From the other notes posted today i am getting that people think it’s a bad idea to store all location data on atproto. But if the point of atproto is to store your own data on your own pds i don’t really see the problem? Each user of a location aware app is simply storing the places relevant to them on their own pds. None of them need to store ‘all’ the location data. If the record that these users store on their pds contains a reference to place that i can translate into an address at all times via Garganorn (and i would assume other Garganorn compatible services) that would be perfectly fine. But if i’m caching that to display it in a UI i might as well store the actual address/place data in the record as well.

All of this still does not solve the issue that my phone knows my geo coordinates but not the ‘place’ where i am so i still need a service that can translate geo coordinates into an address or a place id. If Garganorn can do that for me i would be quite happy about that and honestly it would not matter a whole lot what ID would be returned as long as i’m pretty sure i can always depend on being able to resolve it to an actual human readable place.

Thanks @essentialrandom.bsky for this great explication of the current state of affairs. I agree with pretty much everything you’ve written.

For everyone else’s reference, Garganorn is the codename for the demo implementation that I hacked together to start playing with these ideas. I am hoping that it will evolve into a reference implementation for whatever the ATGeo Lexicon working group decides to pursue.

But for now I’ll use the phrase “gazetteer server” to mean “any API server that provides place data using ATGeo Lexicon interfaces”. Which might be the Garganorn implementation or something else someday.

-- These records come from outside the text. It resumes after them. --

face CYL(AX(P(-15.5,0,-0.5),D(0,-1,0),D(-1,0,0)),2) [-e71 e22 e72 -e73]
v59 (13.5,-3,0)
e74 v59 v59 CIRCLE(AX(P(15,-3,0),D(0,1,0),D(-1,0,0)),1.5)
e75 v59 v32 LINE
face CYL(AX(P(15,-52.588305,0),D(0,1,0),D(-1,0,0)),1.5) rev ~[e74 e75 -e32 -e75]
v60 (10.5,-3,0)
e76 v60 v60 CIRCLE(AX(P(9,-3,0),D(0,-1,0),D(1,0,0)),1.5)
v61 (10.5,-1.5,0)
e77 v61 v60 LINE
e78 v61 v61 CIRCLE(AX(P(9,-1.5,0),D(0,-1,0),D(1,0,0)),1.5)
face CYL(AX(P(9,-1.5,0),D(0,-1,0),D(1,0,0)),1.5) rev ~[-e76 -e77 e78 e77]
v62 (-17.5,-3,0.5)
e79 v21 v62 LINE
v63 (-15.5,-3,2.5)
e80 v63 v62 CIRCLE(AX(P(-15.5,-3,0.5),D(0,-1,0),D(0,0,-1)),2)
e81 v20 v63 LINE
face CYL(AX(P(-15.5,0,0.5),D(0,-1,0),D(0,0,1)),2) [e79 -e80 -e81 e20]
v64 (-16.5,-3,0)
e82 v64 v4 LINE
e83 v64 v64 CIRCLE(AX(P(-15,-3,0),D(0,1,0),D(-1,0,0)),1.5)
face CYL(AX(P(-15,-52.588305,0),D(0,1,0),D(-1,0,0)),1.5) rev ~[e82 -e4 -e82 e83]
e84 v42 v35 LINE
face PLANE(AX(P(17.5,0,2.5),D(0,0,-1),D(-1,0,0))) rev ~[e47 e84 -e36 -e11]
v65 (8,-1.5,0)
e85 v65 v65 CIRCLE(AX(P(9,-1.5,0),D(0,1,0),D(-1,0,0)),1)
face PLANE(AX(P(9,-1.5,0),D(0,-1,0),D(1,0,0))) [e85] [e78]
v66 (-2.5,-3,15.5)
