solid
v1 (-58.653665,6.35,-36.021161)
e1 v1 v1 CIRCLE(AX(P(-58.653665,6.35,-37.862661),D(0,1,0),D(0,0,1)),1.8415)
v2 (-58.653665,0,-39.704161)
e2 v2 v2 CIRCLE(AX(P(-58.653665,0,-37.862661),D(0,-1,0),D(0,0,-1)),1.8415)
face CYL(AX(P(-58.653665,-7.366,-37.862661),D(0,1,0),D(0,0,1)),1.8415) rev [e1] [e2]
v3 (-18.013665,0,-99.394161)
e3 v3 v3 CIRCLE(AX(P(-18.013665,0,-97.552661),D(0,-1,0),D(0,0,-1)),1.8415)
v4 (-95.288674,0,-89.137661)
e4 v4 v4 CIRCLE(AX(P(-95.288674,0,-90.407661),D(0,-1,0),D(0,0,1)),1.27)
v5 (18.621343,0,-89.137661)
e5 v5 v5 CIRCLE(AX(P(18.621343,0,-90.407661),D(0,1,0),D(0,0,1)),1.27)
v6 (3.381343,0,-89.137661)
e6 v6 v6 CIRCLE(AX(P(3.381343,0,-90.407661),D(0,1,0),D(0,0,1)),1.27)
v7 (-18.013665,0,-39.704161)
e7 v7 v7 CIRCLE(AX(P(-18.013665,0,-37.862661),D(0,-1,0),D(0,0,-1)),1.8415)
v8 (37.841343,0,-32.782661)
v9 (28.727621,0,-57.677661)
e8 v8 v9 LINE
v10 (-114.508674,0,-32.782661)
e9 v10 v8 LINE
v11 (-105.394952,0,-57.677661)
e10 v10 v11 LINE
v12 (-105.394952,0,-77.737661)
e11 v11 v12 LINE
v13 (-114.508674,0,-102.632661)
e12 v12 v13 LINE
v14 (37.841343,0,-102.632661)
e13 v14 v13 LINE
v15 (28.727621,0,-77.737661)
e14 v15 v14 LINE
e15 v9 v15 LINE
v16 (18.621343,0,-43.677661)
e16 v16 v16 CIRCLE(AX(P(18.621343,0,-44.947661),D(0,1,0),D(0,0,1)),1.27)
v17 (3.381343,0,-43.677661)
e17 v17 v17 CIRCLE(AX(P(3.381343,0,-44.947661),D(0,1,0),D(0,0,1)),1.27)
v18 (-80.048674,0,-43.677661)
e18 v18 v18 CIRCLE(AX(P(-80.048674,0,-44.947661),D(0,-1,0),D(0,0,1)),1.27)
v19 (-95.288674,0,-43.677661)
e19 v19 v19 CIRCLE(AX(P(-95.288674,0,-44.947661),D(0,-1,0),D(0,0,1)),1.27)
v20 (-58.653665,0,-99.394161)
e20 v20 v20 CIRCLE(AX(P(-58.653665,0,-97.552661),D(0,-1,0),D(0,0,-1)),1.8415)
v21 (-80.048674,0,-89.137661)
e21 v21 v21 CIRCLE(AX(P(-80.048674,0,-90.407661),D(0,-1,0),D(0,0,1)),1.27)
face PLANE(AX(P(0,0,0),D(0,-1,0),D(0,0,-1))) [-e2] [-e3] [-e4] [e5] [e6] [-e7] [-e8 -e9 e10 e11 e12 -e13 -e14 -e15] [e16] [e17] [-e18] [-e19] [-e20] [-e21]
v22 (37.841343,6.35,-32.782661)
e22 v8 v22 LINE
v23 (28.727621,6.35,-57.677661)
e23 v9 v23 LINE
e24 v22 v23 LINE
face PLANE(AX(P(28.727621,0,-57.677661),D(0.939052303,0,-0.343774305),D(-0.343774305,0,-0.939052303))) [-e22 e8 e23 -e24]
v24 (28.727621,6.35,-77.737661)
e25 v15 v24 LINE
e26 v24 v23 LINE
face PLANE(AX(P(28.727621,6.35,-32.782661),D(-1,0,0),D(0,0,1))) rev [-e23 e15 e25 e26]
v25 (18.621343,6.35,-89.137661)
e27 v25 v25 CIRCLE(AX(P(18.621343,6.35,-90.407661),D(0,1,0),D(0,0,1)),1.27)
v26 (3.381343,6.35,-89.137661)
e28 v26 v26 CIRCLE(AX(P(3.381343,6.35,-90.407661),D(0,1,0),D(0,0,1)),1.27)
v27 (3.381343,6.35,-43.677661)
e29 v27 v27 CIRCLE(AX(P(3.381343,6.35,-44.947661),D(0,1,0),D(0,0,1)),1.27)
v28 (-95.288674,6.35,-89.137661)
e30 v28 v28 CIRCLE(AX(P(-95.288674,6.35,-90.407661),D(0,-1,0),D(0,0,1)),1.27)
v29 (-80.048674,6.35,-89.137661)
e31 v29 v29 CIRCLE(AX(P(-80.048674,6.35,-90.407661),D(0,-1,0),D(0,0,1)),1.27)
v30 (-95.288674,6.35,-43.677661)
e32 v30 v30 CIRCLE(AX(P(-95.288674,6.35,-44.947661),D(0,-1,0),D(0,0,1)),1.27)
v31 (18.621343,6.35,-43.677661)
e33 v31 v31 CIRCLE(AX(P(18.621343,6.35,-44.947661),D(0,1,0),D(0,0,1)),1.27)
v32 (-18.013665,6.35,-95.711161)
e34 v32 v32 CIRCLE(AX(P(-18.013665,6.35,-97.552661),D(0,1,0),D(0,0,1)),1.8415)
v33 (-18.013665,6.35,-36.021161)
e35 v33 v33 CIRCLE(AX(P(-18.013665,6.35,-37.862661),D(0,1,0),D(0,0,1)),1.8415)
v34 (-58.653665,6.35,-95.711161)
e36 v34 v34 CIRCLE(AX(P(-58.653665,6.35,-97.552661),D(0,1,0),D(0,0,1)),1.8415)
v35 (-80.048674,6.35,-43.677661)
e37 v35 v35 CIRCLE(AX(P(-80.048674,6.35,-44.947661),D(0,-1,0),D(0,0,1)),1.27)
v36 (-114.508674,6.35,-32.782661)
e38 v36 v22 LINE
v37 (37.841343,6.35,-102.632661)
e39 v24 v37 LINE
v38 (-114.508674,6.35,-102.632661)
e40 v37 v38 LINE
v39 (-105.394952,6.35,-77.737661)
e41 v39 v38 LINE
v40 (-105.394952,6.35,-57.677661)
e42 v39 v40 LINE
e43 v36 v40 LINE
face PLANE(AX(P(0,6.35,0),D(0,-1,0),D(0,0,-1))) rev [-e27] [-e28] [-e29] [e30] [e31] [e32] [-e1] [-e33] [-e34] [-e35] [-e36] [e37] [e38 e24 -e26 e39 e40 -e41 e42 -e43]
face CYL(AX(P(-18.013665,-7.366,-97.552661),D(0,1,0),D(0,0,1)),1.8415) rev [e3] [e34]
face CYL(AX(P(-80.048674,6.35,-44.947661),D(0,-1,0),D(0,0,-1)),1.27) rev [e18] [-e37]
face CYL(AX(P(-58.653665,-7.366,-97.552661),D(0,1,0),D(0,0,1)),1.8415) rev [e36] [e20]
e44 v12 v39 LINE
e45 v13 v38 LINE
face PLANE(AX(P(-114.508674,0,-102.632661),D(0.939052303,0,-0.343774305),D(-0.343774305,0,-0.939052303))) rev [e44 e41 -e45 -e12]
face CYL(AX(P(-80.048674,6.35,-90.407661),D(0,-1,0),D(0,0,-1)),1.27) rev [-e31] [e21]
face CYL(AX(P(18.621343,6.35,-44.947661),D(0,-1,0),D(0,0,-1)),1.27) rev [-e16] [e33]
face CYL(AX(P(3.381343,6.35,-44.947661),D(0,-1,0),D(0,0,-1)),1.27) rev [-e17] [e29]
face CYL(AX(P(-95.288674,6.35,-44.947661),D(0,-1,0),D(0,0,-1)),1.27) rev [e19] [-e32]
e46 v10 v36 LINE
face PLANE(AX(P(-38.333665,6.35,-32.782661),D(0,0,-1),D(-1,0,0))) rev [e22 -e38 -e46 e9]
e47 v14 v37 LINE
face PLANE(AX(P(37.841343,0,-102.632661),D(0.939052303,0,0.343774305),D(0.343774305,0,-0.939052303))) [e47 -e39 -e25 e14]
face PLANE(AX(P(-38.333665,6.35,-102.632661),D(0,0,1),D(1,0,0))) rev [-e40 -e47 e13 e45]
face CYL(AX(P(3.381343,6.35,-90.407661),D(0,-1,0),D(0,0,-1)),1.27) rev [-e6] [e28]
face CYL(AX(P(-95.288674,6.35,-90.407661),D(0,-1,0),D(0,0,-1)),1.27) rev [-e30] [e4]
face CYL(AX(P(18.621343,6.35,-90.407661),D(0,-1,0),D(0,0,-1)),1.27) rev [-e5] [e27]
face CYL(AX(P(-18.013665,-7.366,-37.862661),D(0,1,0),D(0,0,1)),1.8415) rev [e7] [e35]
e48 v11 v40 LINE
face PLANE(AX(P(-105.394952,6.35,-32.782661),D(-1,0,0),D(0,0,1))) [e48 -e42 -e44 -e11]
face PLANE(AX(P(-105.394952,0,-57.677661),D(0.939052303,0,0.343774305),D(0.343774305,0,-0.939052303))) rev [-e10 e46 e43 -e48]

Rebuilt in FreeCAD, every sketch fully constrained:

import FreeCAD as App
import Part
import Sketcher
from FreeCAD import Vector
Q = App.Units.Quantity

doc = App.newDocument("Part")
params = doc.addObject("Spreadsheet::Sheet", "Params")
for row, (alias, value) in enumerate([
    ("sketch1_diameter", "0.1 in"),
    ("sketch1_height", "2.75 in"),
    ("pad1_length", "0.25 in"),
    ("pad2_length", "0.5 in"),
    ("pad3_length", "0.25 in"),
    ("sketch5_diameter", "0.145 in"),
    ("pocket2_length", "0.54 in"),
], start=1):
    params.set(f"A{row}", alias)
    params.set(f"B{row}", "=" + value)
    params.setAlias(f"B{row}", alias)

body = doc.addObject("PartDesign::Body", "Body")

sketch1 = body.newObject("Sketcher::SketchObject", "Sketch")
sketch1.AttachmentSupport = (doc.getObject("XZ_Plane"), [""])
sketch1.MapMode = "FlatFace"
sketch1.addGeometry([
    Part.LineSegment(Vector(-38.3, -102.6, 0), Vector(-38.3, -32.8, 0)),
    Part.LineSegment(Vector(-38.3, -32.8, 0), Vector(28.7, -32.8, 0)),
    Part.LineSegment(Vector(28.7, -32.8, 0), Vector(28.7, -102.6, 0)),
    Part.LineSegment(Vector(28.7, -102.6, 0), Vector(-38.3, -102.6, 0)),
    Part.Circle(Vector(3.4, -44.9, 0), Vector(0, 0, 1), 1.3),
    Part.Circle(Vector(18.6, -44.9, 0), Vector(0, 0, 1), 1.3),
    Part.Circle(Vector(3.4, -90.4, 0), Vector(0, 0, 1), 1.3),
    Part.Circle(Vector(18.6, -90.4, 0), Vector(0, 0, 1), 1.3),
], False)
sketch1.addConstraint([
    Sketcher.Constraint("Coincident", 0, 2, 1, 1),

Here are the salient points put forth so far, as I understand them:

  1. The ATmosphere would benefit from searching reference datasets of geographic places, same as the ActivityPub world.
  2. ATProtocol “records” by definition come with specific guarantees about storage and validation. These guarantees don’t make sense to apply to data originating “off-protocol”.
  3. We can still refer to place objects with by a global path {dataset}/{id}, which uniquely identifies any place information and its source.
  4. AT-URIs by definition only apply to records. But we can still construct a URI for each place using its path, and treat that as a durable identifier.
  5. A “gazetteer server” could translate reference place data into Lexicon-specified ATProtocol objects, and serve them over XRPC. Then it looks just like any old AppView. There’s no real reason not to do it, and it makes it easier for ATProto applications to integrate gazetteer-provided place data without a whole lot of new tooling.

What’s great about this in total is that we don’t have to put reference place data into a PDS – but if you get a record from a gazetteer server, it will come back in a format that you could put into a PDS! Or embed into a real ATProtocol record and put that in a PDS!

Another great thing about this approach is you’ll always have the ATGeo URI for any place you fetch from an ATGeo gazetteer. If the gazetteer server you fetched it from goes away – no problem! You have the {dataset}/{id} path and you can just plug that into any other ATGeo gazetteer server that hosts that dataset.

Here are some other corollaries from MsBoba’s observations:

  1. Someone will to define and maintain a list of community NSIDs that uniquely identify the popular public place datasets, so that they can reused across the network.
  2. We will also want a shared community definition of the XRPC methods that an ATGeo gazetteer should support
  3. We might want a generic place schema defined in Lexicon that provides a “least common denominator” data model for places.
  4. We might want specific Lexicon schemas for each common public dataset.

I submit that this is the exact point of having an ATGeo Lexicon working group – to ideate, ratify, and maintain these consensus definitions for community use.

The WG’s goal should be to address these last 4 points, with the explicit objective of fostering interoperability between apps around place and location data. The data models designed to serve gazetteer data should work equally well for user-generated or app-generated place records. An ATProto user should be able to sign up for an event in one app, and check-in to the venue on another app, and it should be the same “place” in the ATmosphere… whatever that might mean.

I think this conversation can be had independently of “which reference place dataset do we use”, because the conclusions should apply to any of them. Ultimately which place data you decide to use as an app dev should be driven by the needs of your app.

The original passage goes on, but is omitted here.